Information -
********
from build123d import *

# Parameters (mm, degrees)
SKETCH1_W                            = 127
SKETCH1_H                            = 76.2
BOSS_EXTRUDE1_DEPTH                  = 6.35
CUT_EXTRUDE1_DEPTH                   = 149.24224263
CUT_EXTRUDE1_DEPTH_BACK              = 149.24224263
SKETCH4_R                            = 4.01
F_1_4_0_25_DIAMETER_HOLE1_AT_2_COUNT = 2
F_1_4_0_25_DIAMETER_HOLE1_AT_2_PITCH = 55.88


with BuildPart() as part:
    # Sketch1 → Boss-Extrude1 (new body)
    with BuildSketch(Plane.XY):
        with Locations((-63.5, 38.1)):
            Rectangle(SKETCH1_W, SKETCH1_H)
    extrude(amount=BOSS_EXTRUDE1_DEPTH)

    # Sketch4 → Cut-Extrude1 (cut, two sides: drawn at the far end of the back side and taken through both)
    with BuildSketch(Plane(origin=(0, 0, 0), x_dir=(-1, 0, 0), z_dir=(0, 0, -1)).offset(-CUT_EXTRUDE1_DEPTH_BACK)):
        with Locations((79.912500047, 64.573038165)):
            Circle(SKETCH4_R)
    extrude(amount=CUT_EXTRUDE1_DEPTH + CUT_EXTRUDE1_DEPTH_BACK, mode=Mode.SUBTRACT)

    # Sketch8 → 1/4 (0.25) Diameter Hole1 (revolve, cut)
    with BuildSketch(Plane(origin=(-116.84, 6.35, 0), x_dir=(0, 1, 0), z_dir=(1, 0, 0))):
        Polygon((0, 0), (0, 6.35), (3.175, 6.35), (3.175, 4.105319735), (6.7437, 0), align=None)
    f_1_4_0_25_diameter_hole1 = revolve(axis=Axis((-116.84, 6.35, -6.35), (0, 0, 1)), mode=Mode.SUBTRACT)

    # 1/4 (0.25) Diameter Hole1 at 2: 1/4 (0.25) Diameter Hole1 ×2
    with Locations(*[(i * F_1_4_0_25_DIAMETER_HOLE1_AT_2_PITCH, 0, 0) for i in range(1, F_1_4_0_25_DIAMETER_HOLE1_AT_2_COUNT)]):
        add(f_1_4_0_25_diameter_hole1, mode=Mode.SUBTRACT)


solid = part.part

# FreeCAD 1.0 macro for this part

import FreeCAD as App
import Part
import Sketcher
Q = App.Units.Quantity


def add_polygon(sketch, points):
    """Adds a closed chain of lines whose ends are joined by coincident constraints."""
    first, n = sketch.GeometryCount, len(points)
    for a, b in zip(points, points[1:] + points[:1]):
        sketch.addGeometry(Part.LineSegment(App.Vector(*a, 0), App.Vector(*b, 0)), False)
    for i in range(n):
        sketch.addConstraint(Sketcher.Constraint("Coincident", first + i, 2, first + (i + 1) % n, 1))

doc = App.newDocument("Part")
params = doc.addObject("Spreadsheet::Sheet", "Params")
for row, (alias, value) in enumerate([
    ("sketch1_width", "5 in"),
    ("sketch1_height", "3 in"),
    ("pad1_length", "0.25 in"),
    ("sketch3_height", "0.25 in"),
    ("sketch3_width", "0.125 in"),
    ("groove_angle", "360 deg"),
    ("linearpattern_pitch", "2.2 in"),
], start=1):
    params.set(f"A{row}", alias)
    params.set(f"B{row}", "=" + value)
    params.setAlias(f"B{row}", alias)

body = doc.addObject("PartDesign::Body", "Body")

sketch1 = body.newObject("Sketcher::SketchObject", "Sketch")
sketch1.AttachmentSupport = (doc.getObject("XY_Plane"), [""])
sketch1.MapMode = "FlatFace"
add_polygon(sketch1, [(-127, 76), (-127, 0), (0, 0), (0, 76)])
sketch1.addConstraint([
    Sketcher.Constraint("Vertical", 0),
    Sketcher.Constraint("Horizontal", 1),
    Sketcher.Constraint("Vertical", 2),
    Sketcher.Constraint("Horizontal", 3),
    Sketcher.Constraint("Coincident", 1, 2, -1, 1),
    Sketcher.Constraint("DistanceX", 1, 1, 1, 2, Q("5 in")),
    Sketcher.Constraint("DistanceY", 0, 2, 0, 1, Q("3 in")),
])
sketch1.setExpression("Constraints[9]", "Params.sketch1_width")
sketch1.setExpression("Constraints[10]", "Params.sketch1_height")
pad1 = body.newObject("PartDesign::Pad", "Pad")
pad1.Profile = sketch1
pad1.setExpression("Length", "Params.pad1_length")

sketch2 = body.newObject("Sketcher::SketchObject", "Sketch001")
sketch2.AttachmentSupport = (doc.getObject("XY_Plane"), [""])
sketch2.MapMode = "FlatFace"
sketch2.addGeometry(Part.Circle(App.Vector(-79.9, 64.6, 0), App.Vector(0, 0, 1), 4), False)
sketch2.addConstraint([
    Sketcher.Constraint("Diameter", 0, 8.02),
    Sketcher.Constraint("DistanceX", 0, 3, -1, 1, 79.9125),
    Sketcher.Constraint("DistanceY", -1, 1, 0, 3, 64.573038),
])
pocket1 = body.newObject("PartDesign::Pocket", "Pocket")
pocket1.Profile = sketch2
pocket1.Type = "ThroughAll"
pocket1.Midplane = True

sketch3 = body.newObject("Sketcher::SketchObject", "Sketch002")
sketch3.AttachmentSupport = (doc.getObject("YZ_Plane"), [""])
sketch3.MapMode = "FlatFace"
sketch3.AttachmentOffset = App.Placement(App.Vector(0, 0, -4.6 * 25.4), App.Rotation())
add_polygon(sketch3, [(6.3, 6.3), (6.3, 0), (13.1, 0), (9.5, 4.1), (9.5, 6.3)])
sketch3.addGeometry(Part.LineSegment(App.Vector(6.3, 0, 0), App.Vector(6.3, 6.3, 0)), True)
sketch3.addConstraint([
    Sketcher.Constraint("Vertical", 0),
    Sketcher.Constraint("Horizontal", 1),
    Sketcher.Constraint("Vertical", 3),
    Sketcher.Constraint("Horizontal", 4),
    Sketcher.Constraint("Vertical", 5),
    Sketcher.Constraint("Coincident", 5, 1, 0, 2),
    Sketcher.Constraint("PointOnObject", 0, 2, -1),
    Sketcher.Constraint("Horizontal", 3, 2, 5, 2),
    Sketcher.Constraint("Angle", 2, Q("131 deg")),
    Sketcher.Constraint("DistanceY", 0, 2, 0, 1, Q("0.25 in")),
    Sketcher.Constraint("DistanceX", 4, 2, 4, 1, Q("0.125 in")),
    Sketcher.Constraint("DistanceX", -1, 1, 0, 2, Q("0.25 in")),
    Sketcher.Constraint("DistanceX", 1, 1, 1, 2, Q("0.2655 in")),
])
sketch3.setExpression("Constraints[14]", "Params.sketch3_height")
sketch3.setExpression("Constraints[15]", "Params.sketch3_width")
groove = body.newObject("PartDesign::Groove", "Groove")
groove.Profile = sketch3
groove.ReferenceAxis = (sketch3, ["Axis0"])
groove.setExpression("Angle", "Params.groove_angle")
doc.recompute()

linearpattern = body.newObject("PartDesign::LinearPattern", "LinearPattern")
linearpattern.Originals = [groove]
linearpattern.Direction = (doc.getObject("X_Axis"), [""])
linearpattern.Mode = "offset"
linearpattern.setExpression("Offset", "Params.linearpattern_pitch")
linearpattern.Occurrences = 2
body.Tip = linearpattern

doc.recompute()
********
Directions - Would you show each line of the material above that contains the string "SUBTRACT"?

Task output -
    extrude(amount=CUT_EXTRUDE1_DEPTH + CUT_EXTRUDE1_DEPTH_BACK, mode=Mode.SUBTRACT)
    f_1_4_0_25_diameter_hole1 = revolve(axis=Axis((-116.84, 6.35, -6.35), (0, 0, 1)), mode=Mode.SUBTRACT)
        add(f_1_4_0_25_diameter_hole1, mode=Mode.SUBTRACT)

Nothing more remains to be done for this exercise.